=== YOUR OBJECTIVE ===
Every entry has to be restated word for word.

=== Saved data entries ===
━━━━

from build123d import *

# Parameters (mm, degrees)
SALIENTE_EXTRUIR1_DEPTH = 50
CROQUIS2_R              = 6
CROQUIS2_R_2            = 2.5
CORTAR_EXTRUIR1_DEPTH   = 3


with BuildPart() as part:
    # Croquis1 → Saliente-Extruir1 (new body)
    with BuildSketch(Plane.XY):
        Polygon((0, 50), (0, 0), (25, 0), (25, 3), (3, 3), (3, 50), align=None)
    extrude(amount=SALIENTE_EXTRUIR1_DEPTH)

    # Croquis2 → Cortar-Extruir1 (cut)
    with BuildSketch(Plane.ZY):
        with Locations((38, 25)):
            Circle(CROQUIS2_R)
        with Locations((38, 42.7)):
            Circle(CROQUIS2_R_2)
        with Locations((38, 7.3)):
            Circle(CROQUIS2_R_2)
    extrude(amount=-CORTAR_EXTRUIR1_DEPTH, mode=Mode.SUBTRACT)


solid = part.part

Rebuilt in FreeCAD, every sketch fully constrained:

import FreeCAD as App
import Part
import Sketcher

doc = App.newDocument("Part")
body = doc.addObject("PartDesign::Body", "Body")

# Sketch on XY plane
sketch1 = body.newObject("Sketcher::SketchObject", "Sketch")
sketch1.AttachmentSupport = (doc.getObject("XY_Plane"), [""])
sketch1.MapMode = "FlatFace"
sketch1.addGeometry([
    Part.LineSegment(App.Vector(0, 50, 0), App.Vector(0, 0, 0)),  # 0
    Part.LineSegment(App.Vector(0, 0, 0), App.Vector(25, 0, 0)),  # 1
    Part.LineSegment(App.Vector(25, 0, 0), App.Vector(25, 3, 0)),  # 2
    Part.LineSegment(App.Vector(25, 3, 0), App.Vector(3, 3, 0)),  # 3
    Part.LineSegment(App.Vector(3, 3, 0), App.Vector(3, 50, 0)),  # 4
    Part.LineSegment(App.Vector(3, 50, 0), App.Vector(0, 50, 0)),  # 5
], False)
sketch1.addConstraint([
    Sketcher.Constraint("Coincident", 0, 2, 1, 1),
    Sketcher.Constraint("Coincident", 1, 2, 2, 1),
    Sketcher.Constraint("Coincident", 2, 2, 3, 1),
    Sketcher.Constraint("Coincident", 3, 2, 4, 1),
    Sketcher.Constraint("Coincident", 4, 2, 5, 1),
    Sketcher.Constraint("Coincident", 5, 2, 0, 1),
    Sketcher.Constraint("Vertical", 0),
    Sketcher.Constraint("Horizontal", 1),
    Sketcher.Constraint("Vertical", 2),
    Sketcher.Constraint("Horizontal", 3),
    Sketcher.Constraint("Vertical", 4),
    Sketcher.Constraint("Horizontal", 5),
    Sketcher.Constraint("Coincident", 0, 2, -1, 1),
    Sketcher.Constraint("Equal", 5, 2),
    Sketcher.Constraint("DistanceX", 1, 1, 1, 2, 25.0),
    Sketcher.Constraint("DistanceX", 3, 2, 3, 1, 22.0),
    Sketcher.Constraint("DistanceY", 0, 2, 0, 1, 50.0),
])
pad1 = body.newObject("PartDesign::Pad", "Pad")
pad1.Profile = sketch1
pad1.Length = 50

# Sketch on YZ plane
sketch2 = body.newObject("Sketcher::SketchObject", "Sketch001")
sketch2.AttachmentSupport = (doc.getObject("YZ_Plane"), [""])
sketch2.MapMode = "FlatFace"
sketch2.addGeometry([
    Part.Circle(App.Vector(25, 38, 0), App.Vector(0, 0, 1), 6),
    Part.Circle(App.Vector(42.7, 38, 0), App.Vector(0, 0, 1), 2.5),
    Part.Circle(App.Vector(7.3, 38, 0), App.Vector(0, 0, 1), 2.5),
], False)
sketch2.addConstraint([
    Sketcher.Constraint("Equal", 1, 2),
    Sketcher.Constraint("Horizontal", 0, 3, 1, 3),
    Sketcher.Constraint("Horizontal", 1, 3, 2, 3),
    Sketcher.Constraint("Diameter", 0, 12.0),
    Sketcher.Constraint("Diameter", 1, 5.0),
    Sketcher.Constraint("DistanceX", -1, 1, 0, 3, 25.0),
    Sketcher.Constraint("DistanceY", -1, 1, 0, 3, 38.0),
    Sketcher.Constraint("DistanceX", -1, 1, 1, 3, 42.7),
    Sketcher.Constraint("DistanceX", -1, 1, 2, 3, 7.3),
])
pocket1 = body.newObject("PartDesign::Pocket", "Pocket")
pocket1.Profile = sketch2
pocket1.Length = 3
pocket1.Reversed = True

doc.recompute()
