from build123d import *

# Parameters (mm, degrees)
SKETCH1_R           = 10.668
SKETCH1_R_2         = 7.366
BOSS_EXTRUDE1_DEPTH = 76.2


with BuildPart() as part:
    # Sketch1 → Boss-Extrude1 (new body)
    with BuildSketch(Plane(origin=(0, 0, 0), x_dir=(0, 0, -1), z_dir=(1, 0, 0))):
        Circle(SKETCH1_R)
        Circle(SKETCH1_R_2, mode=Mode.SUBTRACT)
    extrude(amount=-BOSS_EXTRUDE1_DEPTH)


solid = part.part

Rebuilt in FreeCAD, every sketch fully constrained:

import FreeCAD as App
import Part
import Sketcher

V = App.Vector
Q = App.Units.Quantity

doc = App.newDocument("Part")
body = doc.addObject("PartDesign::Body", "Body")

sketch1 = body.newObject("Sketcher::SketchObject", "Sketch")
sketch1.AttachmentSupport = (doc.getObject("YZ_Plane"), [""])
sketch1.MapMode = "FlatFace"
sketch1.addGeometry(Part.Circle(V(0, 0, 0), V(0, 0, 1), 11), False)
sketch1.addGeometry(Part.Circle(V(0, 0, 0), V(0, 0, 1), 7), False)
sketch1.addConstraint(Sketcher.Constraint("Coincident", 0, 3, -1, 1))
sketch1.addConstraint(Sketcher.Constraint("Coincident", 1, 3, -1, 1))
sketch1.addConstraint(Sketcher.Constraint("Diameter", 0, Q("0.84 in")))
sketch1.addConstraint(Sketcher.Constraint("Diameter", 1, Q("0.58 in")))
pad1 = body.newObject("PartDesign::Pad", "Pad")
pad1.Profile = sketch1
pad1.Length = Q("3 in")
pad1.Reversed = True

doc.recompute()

━━━━

=== EXERCISE OUTPUT ===
from build123d import *

# Parameters (mm, degrees)
SALIENTE_EXTRUIR1_DEPTH = 50
CROQUIS2_R              = 6
CROQUIS2_R_2            = 2.5
CORTAR_EXTRUIR1_DEPTH   = 3


with BuildPart() as part:
    # Croquis1 → Saliente-Extruir1 (new body)
    with BuildSketch(Plane.XY):
        Polygon((0, 50), (0, 0), (25, 0), (25, 3), (3, 3), (3, 50), align=None)
    extrude(amount=SALIENTE_EXTRUIR1_DEPTH)

    # Croquis2 → Cortar-Extruir1 (cut)
    with BuildSketch(Plane.ZY):
        with Locations((38, 25)):
            Circle(CROQUIS2_R)
        with Locations((38, 42.7)):
            Circle(CROQUIS2_R_2)
        with Locations((38, 7.3)):
            Circle(CROQUIS2_R_2)
    extrude(amount=-CORTAR_EXTRUIR1_DEPTH, mode=Mode.SUBTRACT)


solid = part.part

Rebuilt in FreeCAD, every sketch fully constrained:

import FreeCAD as App
import Part
import Sketcher

doc = App.newDocument("Part")
body = doc.addObject("PartDesign::Body", "Body")

# Sketch on XY plane
sketch1 = body.newObject("Sketcher::SketchObject", "Sketch")
sketch1.AttachmentSupport = (doc.getObject("XY_Plane"), [""])
sketch1.MapMode = "FlatFace"
sketch1.addGeometry([
    Part.LineSegment(App.Vector(0, 50, 0), App.Vector(0, 0, 0)),  # 0
    Part.LineSegment(App.Vector(0, 0, 0), App.Vector(25, 0, 0)),  # 1
    Part.LineSegment(App.Vector(25, 0, 0), App.Vector(25, 3, 0)),  # 2
    Part.LineSegment(App.Vector(25, 3, 0), App.Vector(3, 3, 0)),  # 3
    Part.LineSegment(App.Vector(3, 3, 0), App.Vector(3, 50, 0)),  # 4
    Part.LineSegment(App.Vector(3, 50, 0), App.Vector(0, 50, 0)),  # 5
], False)
sketch1.addConstraint([
    Sketcher.Constraint("Coincident", 0, 2, 1, 1),
    Sketcher.Constraint("Coincident", 1, 2, 2, 1),
    Sketcher.Constraint("Coincident", 2, 2, 3, 1),
    Sketcher.Constraint("Coincident", 3, 2, 4, 1),
    Sketcher.Constraint("Coincident", 4, 2, 5, 1),
    Sketcher.Constraint("Coincident", 5, 2, 0, 1),
    Sketcher.Constraint("Vertical", 0),
    Sketcher.Constraint("Horizontal", 1),
    Sketcher.Constraint("Vertical", 2),
    Sketcher.Constraint("Horizontal", 3),
    Sketcher.Constraint("Vertical", 4),
    Sketcher.Constraint("Horizontal", 5),
    Sketcher.Constraint("Coincident", 0, 2, -1, 1),
    Sketcher.Constraint("Equal", 5, 2),
    Sketcher.Constraint("DistanceX", 1, 1, 1, 2, 25.0),
    Sketcher.Constraint("DistanceX", 3, 2, 3, 1, 22.0),
    Sketcher.Constraint("DistanceY", 0, 2, 0, 1, 50.0),
])
pad1 = body.newObject("PartDesign::Pad", "Pad")
pad1.Profile = sketch1
pad1.Length = 50

# Sketch on YZ plane
sketch2 = body.newObject("Sketcher::SketchObject", "Sketch001")
sketch2.AttachmentSupport = (doc.getObject("YZ_Plane"), [""])
sketch2.MapMode = "FlatFace"
sketch2.addGeometry([
    Part.Circle(App.Vector(25, 38, 0), App.Vector(0, 0, 1), 6),
    Part.Circle(App.Vector(42.7, 38, 0), App.Vector(0, 0, 1), 2.5),
    Part.Circle(App.Vector(7.3, 38, 0), App.Vector(0, 0, 1), 2.5),
], False)
sketch2.addConstraint([
    Sketcher.Constraint("Equal", 1, 2),
    Sketcher.Constraint("Horizontal", 0, 3, 1, 3),
    Sketcher.Constraint("Horizontal", 1, 3, 2, 3),
    Sketcher.Constraint("Diameter", 0, 12.0),
    Sketcher.Constraint("Diameter", 1, 5.0),
    Sketcher.Constraint("DistanceX", -1, 1, 0, 3, 25.0),
    Sketcher.Constraint("DistanceY", -1, 1, 0, 3, 38.0),
    Sketcher.Constraint("DistanceX", -1, 1, 1, 3, 42.7),
    Sketcher.Constraint("DistanceX", -1, 1, 2, 3, 7.3),
])
pocket1 = body.newObject("PartDesign::Pocket", "Pocket")
pocket1.Profile = sketch2
pocket1.Length = 3
pocket1.Reversed = True

doc.recompute()
from build123d import *

# Parameters (mm, degrees)
SKETCH1_R           = 10.668
SKETCH1_R_2         = 7.366
BOSS_EXTRUDE1_DEPTH = 76.2


with BuildPart() as part:
    # Sketch1 → Boss-Extrude1 (new body)
    with BuildSketch(Plane(origin=(0, 0, 0), x_dir=(0, 0, -1), z_dir=(1, 0, 0))):
        Circle(SKETCH1_R)
        Circle(SKETCH1_R_2, mode=Mode.SUBTRACT)
    extrude(amount=-BOSS_EXTRUDE1_DEPTH)


solid = part.part

Rebuilt in FreeCAD, every sketch fully constrained:

import FreeCAD as App
import Part
import Sketcher

V = App.Vector
Q = App.Units.Quantity

doc = App.newDocument("Part")
body = doc.addObject("PartDesign::Body", "Body")

sketch1 = body.newObject("Sketcher::SketchObject", "Sketch")
sketch1.AttachmentSupport = (doc.getObject("YZ_Plane"), [""])
sketch1.MapMode = "FlatFace"
sketch1.addGeometry(Part.Circle(V(0, 0, 0), V(0, 0, 1), 11), False)
sketch1.addGeometry(Part.Circle(V(0, 0, 0), V(0, 0, 1), 7), False)
sketch1.addConstraint(Sketcher.Constraint("Coincident", 0, 3, -1, 1))
sketch1.addConstraint(Sketcher.Constraint("Coincident", 1, 3, -1, 1))
sketch1.addConstraint(Sketcher.Constraint("Diameter", 0, Q("0.84 in")))
sketch1.addConstraint(Sketcher.Constraint("Diameter", 1, Q("0.58 in")))
pad1 = body.newObject("PartDesign::Pad", "Pad")
pad1.Profile = sketch1
pad1.Length = Q("3 in")
pad1.Reversed = True

doc.recompute()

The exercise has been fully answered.